POGO Challenges DoD's Disclosure of Budgeting and Spending Service Contract Data

It is clear that an increasing number of Senators and Representatives are concerned about the Department of Defense’s (DoD) inability to account for how it expends hundreds of billions of dollars each year to procure services from contractors. It is equally clear that DoD has ...
By and

To:

  • Senator Sherrod Brown
    713 Hart Senate Office Bldg.
    Washington, DC 20510
  • Senator Kirsten Gillibrand
    478 Russell Senate Office Bldg.
    Washington, DC 20510
  • Representative Maurice Hinchey
    2431 Rayburn House Office Bldg.
    Washington, DC 20515

Dear Senators Brown and Gillibrand and Representative Hinchey:

It is clear that an increasing number of Senators and Representatives are concerned about the Department of Defense’s (DoD) inability to provide appropriate stewardship for how it expends hundreds of billions of dollars each year to procure services from contractors. Without reliable and accurate data, how can Congress exercise its responsibility to hold DoD accountable for complying with requirements for submitting accurate budget requests? Additionally, how are taxpayers to know whether their dollars are expended in a cost-effective fashion in the absence of government transparency?

On April 25, 2012, Senators Brown and Gillibrand and 24 Senate colleagues sent a letter to Secretary of Defense Leon E. Panetta regarding the DoD’s growing reliance on service contractors.1 A month earlier, on March 26, Representative Hinchey and 130 House colleagues sent a similar letter to the Secretary.2 The Project On Government Oversight (POGO) has obtained copies of DoD’s identical responses to your letters.3 DoD’s response is another example of how the Pentagon refuses to clearly acknowledge its failures when it comes to balancing its workforce in a cost-efficient manner.4 Set forth below are observations we request you consider in holding DoD accountable for service contract budgeting and spending.

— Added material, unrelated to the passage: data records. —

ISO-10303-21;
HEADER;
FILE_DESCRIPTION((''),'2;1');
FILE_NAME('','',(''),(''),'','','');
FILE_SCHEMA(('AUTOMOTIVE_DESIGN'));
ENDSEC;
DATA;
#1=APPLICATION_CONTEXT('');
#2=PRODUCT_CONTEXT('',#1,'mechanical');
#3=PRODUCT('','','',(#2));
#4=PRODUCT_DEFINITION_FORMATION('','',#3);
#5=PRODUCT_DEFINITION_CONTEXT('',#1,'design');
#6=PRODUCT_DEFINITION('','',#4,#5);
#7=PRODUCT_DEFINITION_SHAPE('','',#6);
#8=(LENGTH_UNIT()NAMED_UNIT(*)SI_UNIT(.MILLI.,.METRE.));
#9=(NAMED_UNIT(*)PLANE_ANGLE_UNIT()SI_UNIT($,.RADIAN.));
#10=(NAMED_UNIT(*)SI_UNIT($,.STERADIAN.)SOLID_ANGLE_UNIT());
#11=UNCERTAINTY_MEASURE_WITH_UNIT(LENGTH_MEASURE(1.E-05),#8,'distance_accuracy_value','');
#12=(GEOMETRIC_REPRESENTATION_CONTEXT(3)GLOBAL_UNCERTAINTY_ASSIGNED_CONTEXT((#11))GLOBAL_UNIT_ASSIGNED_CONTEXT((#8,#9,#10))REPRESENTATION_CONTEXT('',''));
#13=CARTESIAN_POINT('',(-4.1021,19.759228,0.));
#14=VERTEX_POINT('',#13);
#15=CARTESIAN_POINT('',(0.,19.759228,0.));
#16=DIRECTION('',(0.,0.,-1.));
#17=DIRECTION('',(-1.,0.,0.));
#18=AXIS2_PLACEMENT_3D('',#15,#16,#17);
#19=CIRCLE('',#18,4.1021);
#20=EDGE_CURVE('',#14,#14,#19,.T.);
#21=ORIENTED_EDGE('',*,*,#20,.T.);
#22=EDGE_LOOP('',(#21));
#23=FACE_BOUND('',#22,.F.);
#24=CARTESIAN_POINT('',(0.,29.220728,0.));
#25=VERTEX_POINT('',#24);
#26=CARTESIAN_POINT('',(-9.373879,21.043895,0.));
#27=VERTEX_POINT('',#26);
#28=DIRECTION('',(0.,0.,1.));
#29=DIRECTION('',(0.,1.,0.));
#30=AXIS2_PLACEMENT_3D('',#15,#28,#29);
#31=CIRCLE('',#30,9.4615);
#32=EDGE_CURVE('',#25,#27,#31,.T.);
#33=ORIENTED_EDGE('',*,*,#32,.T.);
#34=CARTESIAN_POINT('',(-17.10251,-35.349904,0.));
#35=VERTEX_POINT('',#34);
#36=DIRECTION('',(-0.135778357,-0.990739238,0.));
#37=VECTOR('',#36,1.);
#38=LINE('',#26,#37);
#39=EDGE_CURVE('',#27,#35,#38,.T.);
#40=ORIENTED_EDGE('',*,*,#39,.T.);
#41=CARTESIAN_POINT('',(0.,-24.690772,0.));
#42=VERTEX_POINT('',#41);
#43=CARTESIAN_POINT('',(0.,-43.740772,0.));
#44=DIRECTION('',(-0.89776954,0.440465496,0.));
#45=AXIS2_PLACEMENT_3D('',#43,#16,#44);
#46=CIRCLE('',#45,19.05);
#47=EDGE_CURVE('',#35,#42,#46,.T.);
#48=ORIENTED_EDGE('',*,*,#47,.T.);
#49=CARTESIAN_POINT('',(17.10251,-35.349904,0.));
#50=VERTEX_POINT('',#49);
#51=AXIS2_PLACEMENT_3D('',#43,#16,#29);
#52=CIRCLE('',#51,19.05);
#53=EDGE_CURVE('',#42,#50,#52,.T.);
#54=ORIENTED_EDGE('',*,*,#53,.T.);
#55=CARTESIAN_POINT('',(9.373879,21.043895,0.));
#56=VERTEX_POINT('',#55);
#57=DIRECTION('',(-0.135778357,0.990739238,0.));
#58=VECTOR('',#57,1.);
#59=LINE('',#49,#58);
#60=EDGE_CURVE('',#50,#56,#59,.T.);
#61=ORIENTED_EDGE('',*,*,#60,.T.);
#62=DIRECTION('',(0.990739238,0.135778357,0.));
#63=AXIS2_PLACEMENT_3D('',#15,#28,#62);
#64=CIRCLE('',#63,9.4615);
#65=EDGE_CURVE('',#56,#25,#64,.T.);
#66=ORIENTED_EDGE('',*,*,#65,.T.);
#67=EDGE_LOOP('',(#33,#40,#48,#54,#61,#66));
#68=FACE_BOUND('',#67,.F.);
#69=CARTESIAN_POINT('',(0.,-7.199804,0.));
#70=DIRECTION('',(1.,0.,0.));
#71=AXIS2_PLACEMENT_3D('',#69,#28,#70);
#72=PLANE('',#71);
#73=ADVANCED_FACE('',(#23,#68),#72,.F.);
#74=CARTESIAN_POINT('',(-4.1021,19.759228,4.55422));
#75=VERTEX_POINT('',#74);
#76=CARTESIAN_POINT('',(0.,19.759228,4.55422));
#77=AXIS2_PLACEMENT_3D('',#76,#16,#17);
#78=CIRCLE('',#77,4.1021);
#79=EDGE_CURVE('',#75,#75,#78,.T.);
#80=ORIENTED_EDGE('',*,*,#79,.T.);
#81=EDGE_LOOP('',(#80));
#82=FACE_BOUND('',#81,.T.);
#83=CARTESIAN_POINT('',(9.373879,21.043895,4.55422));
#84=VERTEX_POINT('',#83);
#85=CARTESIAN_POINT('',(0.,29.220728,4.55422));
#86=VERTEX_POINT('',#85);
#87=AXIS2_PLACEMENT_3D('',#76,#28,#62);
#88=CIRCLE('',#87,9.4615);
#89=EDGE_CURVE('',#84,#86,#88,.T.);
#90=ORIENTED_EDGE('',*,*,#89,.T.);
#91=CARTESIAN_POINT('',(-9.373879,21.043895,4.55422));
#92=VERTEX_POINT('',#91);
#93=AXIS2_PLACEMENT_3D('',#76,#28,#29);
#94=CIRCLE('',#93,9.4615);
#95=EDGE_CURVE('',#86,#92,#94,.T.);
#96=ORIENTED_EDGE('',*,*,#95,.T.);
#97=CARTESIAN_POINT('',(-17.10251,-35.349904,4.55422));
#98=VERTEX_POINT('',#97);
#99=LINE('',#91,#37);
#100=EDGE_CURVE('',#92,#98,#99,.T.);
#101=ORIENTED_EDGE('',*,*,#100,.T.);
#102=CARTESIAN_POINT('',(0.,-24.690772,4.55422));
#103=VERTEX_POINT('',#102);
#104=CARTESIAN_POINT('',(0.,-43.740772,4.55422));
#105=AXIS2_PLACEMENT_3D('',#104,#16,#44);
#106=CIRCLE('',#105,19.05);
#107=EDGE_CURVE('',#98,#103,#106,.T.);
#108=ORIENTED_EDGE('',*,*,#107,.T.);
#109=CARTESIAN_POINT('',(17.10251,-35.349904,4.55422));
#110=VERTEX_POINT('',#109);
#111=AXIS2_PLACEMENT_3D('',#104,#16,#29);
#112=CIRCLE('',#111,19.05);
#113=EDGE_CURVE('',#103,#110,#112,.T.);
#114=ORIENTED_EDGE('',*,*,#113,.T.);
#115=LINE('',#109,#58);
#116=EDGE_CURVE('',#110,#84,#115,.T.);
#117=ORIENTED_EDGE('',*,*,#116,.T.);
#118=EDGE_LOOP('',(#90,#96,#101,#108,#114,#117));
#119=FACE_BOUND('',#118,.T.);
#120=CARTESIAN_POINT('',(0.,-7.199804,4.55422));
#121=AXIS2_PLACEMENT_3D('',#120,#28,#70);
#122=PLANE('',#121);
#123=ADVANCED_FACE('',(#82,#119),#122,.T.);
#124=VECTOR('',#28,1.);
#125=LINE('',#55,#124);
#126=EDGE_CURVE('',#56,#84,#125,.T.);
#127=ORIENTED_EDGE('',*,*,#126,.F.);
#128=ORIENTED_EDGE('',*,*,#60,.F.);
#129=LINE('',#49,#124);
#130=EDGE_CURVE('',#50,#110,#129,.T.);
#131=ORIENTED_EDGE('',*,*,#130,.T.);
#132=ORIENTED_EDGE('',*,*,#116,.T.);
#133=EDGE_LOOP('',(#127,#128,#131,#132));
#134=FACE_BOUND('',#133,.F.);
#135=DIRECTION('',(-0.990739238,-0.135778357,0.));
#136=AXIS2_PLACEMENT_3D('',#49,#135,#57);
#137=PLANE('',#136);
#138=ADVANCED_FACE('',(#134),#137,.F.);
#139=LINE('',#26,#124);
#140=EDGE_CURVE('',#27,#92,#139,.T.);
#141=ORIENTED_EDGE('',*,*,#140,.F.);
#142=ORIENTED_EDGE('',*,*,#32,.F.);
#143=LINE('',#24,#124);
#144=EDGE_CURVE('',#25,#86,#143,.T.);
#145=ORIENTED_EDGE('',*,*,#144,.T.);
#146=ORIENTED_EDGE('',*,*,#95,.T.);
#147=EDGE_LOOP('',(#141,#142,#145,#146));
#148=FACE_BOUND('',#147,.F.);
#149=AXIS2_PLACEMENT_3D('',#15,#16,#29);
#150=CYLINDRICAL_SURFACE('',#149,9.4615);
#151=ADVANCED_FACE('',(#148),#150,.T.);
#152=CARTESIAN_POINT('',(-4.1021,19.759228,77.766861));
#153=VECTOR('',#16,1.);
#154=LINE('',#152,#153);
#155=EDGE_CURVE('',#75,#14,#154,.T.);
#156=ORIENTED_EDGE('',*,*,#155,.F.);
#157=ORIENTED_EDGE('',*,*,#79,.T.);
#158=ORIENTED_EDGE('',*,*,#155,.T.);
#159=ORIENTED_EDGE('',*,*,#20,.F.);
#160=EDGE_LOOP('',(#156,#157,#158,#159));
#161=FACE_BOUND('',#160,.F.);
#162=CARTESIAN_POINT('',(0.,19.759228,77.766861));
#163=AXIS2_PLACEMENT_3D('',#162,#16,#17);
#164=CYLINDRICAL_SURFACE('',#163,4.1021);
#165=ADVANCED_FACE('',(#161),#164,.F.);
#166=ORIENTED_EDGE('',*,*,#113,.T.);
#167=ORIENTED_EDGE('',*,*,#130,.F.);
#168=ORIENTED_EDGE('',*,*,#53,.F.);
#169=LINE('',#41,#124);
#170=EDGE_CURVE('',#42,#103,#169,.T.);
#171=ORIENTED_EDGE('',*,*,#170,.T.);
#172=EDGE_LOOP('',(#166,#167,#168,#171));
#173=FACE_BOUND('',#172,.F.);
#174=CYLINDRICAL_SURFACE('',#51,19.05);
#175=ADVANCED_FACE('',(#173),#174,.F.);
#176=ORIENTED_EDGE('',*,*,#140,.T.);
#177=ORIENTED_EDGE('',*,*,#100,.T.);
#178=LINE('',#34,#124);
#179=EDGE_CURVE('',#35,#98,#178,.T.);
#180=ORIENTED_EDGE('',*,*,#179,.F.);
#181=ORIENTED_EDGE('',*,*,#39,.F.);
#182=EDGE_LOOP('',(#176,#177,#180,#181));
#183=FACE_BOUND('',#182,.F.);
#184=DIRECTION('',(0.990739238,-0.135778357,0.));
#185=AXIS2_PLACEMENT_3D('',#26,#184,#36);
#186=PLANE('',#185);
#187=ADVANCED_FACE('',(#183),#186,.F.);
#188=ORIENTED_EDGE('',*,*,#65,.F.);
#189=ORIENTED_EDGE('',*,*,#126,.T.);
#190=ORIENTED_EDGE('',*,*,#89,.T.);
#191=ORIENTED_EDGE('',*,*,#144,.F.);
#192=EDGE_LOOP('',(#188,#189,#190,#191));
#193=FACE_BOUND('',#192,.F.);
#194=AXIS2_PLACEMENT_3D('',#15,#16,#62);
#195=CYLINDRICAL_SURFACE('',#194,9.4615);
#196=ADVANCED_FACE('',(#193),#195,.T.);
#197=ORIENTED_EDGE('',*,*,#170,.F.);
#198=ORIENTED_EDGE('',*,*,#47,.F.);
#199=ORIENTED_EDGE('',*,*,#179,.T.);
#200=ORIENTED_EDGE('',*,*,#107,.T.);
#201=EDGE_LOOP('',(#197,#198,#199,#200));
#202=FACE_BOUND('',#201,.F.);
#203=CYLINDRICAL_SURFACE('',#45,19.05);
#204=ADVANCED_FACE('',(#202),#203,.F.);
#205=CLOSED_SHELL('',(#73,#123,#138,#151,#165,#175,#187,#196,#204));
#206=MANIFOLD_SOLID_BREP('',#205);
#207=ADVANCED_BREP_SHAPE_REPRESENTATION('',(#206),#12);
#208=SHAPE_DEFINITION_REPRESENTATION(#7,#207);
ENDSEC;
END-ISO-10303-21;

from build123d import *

# Parameters (mm, degrees)
F1_DEPTH = 4.55422
F3_D     = 8.2042


with BuildPart() as f1:
    # F0 (on Top) → F1 (new body)
    with BuildSketch(Plane.XY):
        with BuildLine():
            ThreePointArc((9.3738793, 21.0438950621), (6.2195299703, 26.8892652438), (0, 29.2207281332))
            ThreePointArc((0, 29.2207281332), (-6.2195299703, 26.8892652438), (-9.3738793, 21.0438950621))
            Line((-9.3738793, 21.0438950621), (-17.102509737, -35.3499041706))
            ThreePointArc((-17.102509737, -35.3499041706), (-10.0761220315, -27.57369839), (0, -24.6907718668))
            ThreePointArc((0, -24.6907718668), (10.0761220315, -27.57369839), (17.102509737, -35.3499041706))
            Line((17.102509737, -35.3499041706), (9.3738793, 21.0438950621))
        make_face()
    extrude(amount=F1_DEPTH)

    # F3 (through all)
    with Locations(Plane.XY.offset(4.55422)):
        with Locations((0, 19.7592281332)):
            Hole(F3_D / 2)


solid = f1.part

In response to your recommendation that DoD “[e]liminate the arbitrary [and self-imposed] cap on its civilian workforce,” the best DoD could offer was to assert that it remains committed to “ensur[ing] the workforce is appropriately balanced and aligned to our most critical priorities.” This response is unsupported by DoD’s own data.

The data make clear two points relevant to capping DoD’s civilian workforce: (1) POGO calculated from DoD figures that DoD expends between 2.35 and 3.53 times more of its funding on service contracts than on its civilian workforce; and (2) the cost of an average contractor full-time equivalent (CFTE) is between 2.94 and 8.60 times more than an average DoD civilian full-time equivalent (GFTE).5 (Enclosure 1)6 Capping the civilian workforce reduces flexibility for DoD to utilize the most cost-efficient personnel to meet its missions, which is required by law.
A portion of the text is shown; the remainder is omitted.